As per my knowledge it is very hard to enter in this (banking and finance) industry based on overseas qualifications + very hard to get sponsorship when there are already people looking for sponsorship from within australia (for example students)

Bear in mind, the govt have changed policies and now most of the students have to have sponsorship to get permanent visas.....therefore students are doing whatever to get sponsorships....

I suppose I answered all your questions.

awaragird
australia


----------



## rafay (Jul 16, 2011)

awaragird said:


> As per my memory, it is a visa under business class and you must have to have:
> - sponsorship from an employer (in your case a financial institution/bank etc)
> - your skills must be from a skilled occupation list specific to 457 visa
> - these skilled must be assessed from a relevant profession body in australia as 'acceptable'
> ...


Hi Farrukh

I don't have any idea about visa. but if you are confident to go through you must go for it and don't worry about Job; its all about luck. You might have to start from scratch but once your get settled there you would be relaxed. Its my personal view that we should not compare people and situations but collection of facts is better to make decision. All the best.


----------



## awaragird (Feb 19, 2013)

Doesn't matter if Farrukh is confident or not. Immi Australia would not let him even get in if he doesn't have visa to enter.

For this particular visa, he MUST have an employer sponsorship!

In other words, job is something he has to find before even applying for this visa.

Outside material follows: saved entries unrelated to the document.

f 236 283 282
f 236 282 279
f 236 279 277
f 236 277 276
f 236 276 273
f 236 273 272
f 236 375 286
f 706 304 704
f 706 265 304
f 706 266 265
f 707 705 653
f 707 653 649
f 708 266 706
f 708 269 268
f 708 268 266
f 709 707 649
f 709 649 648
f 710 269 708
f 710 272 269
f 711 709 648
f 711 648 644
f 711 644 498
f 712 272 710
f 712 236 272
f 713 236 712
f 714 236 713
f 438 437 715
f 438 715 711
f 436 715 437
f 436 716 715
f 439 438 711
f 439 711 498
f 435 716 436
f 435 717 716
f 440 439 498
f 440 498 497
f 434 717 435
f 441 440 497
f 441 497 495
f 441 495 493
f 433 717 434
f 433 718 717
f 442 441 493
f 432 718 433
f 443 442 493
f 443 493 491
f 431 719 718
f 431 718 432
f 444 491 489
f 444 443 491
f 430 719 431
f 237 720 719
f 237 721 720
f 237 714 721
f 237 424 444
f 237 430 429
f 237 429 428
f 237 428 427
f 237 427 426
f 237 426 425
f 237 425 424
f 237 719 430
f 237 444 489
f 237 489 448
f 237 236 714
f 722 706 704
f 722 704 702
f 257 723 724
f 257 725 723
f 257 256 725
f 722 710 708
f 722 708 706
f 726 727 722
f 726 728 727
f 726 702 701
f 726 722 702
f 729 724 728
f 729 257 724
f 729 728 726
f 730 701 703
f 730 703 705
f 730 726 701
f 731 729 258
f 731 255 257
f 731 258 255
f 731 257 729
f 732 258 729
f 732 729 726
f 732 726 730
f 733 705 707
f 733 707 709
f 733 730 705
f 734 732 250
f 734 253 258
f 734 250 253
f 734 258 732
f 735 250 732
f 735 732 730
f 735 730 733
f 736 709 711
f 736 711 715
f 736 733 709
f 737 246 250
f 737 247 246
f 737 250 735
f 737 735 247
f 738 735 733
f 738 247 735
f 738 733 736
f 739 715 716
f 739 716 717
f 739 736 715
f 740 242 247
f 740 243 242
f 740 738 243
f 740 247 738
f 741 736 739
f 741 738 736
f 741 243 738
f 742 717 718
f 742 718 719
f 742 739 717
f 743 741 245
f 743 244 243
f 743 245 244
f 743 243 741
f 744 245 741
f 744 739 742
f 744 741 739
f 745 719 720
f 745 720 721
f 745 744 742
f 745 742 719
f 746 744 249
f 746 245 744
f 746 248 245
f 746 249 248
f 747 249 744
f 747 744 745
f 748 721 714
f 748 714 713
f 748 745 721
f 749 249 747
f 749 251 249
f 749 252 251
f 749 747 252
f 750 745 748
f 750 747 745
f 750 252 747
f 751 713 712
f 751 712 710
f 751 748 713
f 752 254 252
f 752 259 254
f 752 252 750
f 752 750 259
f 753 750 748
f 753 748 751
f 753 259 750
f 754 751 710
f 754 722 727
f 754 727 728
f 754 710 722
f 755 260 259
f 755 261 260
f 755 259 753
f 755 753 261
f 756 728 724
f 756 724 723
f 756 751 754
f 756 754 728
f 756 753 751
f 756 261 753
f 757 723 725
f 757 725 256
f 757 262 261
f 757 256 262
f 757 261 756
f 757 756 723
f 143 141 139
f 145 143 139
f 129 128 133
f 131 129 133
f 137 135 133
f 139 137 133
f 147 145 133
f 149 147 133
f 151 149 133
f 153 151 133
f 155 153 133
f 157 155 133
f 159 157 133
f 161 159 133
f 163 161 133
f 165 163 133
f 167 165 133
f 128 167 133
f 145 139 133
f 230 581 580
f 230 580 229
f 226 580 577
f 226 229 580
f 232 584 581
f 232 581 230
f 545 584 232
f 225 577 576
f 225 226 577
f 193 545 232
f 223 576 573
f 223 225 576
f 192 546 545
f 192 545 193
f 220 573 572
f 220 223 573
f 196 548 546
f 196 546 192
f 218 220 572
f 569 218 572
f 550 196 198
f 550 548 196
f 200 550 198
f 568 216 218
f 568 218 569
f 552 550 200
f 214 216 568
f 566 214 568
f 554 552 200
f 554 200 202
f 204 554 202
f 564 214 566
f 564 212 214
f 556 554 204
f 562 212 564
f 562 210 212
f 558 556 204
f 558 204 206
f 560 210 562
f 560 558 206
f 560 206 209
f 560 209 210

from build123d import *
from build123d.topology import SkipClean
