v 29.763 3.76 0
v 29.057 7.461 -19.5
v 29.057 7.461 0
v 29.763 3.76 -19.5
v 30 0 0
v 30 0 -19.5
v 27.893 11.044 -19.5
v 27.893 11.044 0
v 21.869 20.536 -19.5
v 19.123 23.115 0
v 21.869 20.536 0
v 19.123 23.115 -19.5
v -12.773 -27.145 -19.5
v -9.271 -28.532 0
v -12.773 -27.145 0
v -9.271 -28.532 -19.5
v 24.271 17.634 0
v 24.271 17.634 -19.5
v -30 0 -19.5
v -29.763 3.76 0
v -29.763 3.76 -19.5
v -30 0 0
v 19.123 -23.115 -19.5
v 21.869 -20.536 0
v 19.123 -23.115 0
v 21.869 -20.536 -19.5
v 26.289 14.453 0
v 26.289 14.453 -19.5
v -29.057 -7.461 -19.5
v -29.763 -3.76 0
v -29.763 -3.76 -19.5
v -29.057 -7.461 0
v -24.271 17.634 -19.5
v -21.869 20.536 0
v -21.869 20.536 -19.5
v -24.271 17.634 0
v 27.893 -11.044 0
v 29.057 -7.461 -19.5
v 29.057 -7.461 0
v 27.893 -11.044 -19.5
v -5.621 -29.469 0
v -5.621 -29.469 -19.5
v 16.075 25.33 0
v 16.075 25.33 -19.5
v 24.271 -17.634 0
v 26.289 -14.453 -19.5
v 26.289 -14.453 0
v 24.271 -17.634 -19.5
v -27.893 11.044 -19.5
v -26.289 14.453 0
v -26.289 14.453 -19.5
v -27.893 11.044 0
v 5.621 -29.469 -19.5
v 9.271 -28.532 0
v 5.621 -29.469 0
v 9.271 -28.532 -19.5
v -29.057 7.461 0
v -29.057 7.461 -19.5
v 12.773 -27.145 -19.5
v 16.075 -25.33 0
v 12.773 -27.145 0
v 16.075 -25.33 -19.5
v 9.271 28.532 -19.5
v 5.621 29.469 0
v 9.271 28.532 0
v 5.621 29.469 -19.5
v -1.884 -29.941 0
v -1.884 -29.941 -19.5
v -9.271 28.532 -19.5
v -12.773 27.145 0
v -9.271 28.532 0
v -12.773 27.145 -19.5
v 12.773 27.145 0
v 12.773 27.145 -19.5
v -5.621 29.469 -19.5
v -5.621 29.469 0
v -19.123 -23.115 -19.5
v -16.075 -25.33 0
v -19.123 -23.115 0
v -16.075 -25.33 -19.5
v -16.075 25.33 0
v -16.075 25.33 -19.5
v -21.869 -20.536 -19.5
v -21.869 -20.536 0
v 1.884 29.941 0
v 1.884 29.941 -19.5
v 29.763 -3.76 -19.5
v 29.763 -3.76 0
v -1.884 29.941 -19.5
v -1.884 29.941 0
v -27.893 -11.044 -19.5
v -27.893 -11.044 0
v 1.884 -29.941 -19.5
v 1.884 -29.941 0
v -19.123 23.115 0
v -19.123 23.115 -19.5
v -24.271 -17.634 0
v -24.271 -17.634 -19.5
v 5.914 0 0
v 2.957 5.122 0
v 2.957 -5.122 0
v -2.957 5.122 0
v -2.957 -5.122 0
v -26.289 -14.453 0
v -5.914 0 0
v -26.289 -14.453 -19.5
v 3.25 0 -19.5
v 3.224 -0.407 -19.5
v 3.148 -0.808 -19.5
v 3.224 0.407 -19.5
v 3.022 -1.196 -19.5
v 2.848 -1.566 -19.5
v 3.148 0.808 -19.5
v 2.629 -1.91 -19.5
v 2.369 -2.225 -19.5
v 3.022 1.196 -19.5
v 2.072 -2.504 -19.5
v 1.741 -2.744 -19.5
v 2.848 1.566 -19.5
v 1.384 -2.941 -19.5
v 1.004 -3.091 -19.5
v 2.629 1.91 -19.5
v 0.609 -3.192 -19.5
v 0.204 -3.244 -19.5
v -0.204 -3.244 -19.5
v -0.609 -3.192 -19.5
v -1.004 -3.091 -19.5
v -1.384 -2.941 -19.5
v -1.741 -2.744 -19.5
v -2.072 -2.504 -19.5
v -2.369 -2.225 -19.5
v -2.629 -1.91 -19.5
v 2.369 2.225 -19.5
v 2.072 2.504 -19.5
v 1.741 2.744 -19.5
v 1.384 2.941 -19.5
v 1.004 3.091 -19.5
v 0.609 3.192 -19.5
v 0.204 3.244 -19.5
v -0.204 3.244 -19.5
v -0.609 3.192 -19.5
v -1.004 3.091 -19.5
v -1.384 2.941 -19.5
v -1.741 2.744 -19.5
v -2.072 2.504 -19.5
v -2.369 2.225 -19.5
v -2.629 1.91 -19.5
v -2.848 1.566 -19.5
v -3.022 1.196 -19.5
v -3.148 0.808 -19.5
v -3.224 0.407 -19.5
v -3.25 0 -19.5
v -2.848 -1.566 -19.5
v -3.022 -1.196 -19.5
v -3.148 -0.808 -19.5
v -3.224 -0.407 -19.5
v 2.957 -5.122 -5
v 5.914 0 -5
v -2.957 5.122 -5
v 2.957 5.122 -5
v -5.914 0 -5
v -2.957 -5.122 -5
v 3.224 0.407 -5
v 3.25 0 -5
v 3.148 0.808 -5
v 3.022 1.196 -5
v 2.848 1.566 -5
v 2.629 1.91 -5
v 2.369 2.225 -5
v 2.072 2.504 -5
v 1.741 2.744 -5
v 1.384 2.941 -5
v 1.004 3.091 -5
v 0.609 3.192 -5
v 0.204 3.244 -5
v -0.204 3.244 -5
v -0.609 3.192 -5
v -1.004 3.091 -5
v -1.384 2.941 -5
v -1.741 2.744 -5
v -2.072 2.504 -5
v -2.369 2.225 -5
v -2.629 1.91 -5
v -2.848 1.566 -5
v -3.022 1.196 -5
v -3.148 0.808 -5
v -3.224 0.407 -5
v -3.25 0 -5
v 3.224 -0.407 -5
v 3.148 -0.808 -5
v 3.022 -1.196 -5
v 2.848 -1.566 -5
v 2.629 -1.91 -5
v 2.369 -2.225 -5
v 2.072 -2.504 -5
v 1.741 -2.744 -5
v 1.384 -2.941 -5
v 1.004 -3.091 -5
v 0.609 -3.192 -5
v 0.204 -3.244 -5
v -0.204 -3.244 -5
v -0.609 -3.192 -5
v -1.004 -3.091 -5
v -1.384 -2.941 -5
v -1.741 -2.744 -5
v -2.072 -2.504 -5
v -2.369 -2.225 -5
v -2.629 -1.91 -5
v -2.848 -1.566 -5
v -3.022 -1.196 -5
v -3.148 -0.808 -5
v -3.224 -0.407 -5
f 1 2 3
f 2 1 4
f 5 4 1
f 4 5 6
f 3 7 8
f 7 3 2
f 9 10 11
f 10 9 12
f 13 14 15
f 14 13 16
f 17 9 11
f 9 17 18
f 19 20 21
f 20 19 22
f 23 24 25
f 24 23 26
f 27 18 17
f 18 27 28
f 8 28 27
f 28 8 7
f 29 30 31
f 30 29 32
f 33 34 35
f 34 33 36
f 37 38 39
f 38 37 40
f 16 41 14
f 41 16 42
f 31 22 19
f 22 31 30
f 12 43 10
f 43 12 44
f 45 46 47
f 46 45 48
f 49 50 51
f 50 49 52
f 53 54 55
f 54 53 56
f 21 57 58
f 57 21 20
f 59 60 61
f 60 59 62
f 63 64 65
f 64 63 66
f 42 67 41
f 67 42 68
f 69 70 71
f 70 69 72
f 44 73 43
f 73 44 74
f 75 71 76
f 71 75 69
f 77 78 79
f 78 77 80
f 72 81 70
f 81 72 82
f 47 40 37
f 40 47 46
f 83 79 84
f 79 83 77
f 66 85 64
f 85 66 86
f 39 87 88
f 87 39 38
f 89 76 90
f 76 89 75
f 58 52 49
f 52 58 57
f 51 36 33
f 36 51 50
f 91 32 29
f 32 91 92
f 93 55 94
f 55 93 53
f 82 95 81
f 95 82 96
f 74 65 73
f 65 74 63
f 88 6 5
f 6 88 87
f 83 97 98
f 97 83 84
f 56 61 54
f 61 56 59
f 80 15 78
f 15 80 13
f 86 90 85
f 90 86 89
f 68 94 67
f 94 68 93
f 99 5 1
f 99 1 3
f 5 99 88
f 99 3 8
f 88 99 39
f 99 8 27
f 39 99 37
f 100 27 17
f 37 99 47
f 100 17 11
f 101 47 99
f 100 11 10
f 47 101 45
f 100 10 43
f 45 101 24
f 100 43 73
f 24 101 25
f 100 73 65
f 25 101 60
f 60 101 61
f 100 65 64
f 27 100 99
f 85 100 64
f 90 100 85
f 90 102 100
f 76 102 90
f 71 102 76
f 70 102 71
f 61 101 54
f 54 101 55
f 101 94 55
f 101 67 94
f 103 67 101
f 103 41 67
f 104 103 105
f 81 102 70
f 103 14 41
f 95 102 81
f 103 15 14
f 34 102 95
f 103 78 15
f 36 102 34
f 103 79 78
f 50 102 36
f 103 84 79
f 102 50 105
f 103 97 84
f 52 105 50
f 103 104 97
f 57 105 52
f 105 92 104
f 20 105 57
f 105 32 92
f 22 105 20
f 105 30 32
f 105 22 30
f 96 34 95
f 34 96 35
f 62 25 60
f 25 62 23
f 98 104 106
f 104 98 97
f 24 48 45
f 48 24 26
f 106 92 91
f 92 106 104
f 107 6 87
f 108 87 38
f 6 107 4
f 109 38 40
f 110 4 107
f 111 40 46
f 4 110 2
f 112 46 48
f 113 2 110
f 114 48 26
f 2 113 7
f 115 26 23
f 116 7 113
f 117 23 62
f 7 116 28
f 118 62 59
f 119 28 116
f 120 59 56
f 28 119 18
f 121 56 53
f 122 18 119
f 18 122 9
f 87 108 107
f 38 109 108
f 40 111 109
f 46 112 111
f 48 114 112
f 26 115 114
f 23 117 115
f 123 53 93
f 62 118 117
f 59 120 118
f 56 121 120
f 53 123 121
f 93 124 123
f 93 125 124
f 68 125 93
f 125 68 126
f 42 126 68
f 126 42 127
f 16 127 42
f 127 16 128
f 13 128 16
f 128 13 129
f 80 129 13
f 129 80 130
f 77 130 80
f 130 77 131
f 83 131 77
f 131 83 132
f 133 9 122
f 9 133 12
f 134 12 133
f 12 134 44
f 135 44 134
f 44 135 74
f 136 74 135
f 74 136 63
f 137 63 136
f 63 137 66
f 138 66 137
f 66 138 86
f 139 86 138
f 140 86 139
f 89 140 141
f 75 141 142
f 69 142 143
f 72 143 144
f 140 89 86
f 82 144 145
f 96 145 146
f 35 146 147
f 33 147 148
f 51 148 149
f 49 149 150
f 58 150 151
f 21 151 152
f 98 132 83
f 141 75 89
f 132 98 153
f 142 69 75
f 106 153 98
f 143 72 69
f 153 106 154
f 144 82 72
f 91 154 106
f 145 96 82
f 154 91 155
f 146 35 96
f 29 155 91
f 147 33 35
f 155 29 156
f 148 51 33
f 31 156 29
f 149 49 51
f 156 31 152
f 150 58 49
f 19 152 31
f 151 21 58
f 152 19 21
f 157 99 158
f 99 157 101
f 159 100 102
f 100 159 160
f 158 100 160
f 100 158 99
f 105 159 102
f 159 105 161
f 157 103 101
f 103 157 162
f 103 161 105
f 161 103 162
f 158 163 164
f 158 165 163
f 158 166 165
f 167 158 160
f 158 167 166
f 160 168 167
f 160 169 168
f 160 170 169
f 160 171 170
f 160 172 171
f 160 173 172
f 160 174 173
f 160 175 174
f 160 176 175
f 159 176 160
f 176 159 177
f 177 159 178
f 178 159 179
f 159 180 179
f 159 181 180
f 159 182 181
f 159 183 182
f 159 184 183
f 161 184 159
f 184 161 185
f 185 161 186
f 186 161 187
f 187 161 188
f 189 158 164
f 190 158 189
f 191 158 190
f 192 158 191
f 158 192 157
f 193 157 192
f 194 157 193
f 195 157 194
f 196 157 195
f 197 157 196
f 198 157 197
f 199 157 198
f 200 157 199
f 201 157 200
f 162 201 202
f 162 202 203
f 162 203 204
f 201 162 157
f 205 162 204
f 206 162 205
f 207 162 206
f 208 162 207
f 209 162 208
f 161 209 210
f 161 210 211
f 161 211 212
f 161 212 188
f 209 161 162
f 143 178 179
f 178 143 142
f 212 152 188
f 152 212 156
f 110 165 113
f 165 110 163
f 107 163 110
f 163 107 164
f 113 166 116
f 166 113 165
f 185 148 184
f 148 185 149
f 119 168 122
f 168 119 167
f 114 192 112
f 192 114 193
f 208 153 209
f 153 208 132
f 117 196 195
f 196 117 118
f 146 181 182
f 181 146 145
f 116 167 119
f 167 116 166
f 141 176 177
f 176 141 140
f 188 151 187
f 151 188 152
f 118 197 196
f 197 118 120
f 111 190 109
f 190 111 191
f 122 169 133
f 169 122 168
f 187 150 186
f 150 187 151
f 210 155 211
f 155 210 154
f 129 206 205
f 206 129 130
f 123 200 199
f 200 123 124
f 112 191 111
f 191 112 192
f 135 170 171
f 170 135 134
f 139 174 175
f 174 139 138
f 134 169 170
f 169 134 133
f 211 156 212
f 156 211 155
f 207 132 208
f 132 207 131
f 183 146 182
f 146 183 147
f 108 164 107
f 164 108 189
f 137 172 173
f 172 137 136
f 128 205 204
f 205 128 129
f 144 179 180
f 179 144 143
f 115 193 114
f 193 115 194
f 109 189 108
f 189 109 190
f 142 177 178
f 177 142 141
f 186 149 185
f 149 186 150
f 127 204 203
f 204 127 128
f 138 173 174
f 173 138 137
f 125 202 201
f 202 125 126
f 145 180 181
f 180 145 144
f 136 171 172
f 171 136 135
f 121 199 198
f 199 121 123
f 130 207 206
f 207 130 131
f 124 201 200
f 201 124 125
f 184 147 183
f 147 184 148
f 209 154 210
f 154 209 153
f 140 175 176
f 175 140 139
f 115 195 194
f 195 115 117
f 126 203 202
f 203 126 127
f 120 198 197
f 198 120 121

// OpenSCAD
$fn = 50;

difference() {
	union() {
		translate(v = [0, 0, -19.5]) {
			cylinder(h = 19.5, r = 30.0);
		}
		#translate(v = [0, 0, -21.0]) {
			cylinder(h = 21, r = 2.875);
		}
	}
	union() {
		translate(v = [0, 0, 0]) {
			rotate(a = [0, 0, 0]) {
				difference() {
					union() {
						translate(v = [0, 0, -5]) {
							linear_extrude(height = 5) {
								polygon(points = [[5.914249999999999, 0.0], [2.957125, 5.1218907443321156], [-2.9571249999999982, 5.1218907443321156], [-5.914249999999999, 7.242867331857232e-16], [-2.9571250000000022, -5.121890744332115], [2.9571249999999956, -5.121890744332118]]);
							}
						}
					}
					union();
				}
			}
		}
		#translate(v = [0, 0, -100.0]) {
			cylinder(h = 200, r = 3.25);
		}
	}
}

I suppose the above answer of Rafay is valid for those who have somehow managed to enter in this country, not for those who are still overseas thinking about applying.


----------



## Guest (Feb 20, 2013)

What nonsense, don't worry about the job lol 

Of course he should worry about the job. Unless he has found a job with an employer who is willing and able to sponsor he can apply for this visa regardless of what a consultant says. 

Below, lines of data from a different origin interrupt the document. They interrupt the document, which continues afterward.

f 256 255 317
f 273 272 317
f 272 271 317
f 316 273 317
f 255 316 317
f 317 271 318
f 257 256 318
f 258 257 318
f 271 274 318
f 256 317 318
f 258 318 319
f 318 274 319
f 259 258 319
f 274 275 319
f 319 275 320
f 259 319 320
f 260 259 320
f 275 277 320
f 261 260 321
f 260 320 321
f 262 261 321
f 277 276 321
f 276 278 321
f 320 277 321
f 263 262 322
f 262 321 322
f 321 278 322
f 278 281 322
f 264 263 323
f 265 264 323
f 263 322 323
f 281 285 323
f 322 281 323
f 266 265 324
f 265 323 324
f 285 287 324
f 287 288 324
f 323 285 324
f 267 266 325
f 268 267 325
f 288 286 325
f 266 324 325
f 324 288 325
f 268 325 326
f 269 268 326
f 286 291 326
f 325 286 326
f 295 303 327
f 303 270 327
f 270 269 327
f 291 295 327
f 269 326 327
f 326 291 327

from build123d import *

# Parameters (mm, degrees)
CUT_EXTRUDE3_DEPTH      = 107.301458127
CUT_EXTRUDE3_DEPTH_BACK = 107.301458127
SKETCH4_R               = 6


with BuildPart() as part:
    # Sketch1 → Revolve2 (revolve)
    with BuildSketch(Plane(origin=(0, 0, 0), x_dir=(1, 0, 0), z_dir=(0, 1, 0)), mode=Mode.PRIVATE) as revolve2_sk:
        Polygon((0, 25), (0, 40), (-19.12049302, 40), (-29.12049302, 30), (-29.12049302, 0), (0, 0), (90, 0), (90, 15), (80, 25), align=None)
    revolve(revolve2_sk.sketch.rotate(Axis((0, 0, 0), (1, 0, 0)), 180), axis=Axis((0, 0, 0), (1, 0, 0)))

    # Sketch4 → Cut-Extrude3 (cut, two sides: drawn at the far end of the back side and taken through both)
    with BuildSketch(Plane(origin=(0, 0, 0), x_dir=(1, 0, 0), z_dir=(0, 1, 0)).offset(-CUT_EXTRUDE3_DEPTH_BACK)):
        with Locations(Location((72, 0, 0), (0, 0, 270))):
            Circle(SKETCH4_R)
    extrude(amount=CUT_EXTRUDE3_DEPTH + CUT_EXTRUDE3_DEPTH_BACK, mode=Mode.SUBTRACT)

Then the visa is linked to that job. If he does not like it or is fired he has 28 days in which to leave the country.


----------



## raheel24 (Jan 15, 2013)

farrukh3006 said:


> Hello to everyone,
> 
> I am Farrukh living in karachi Pakistan and working in one of the biggest bank in Pakistan as Branch Manager. I have recently meet up with a consultant and applying for a 457 australian visa through him.
> 
> ...


Farrukh I am also planning to file 457 visa and I think you and me are speaking to the same consultant . It will be nice if we both get in touch and share all the information.


----------



## fdaus_garden (Jan 11, 2013)

Hi Farrukh,

I was holding 457 visa for 4 years before I have my PR granted.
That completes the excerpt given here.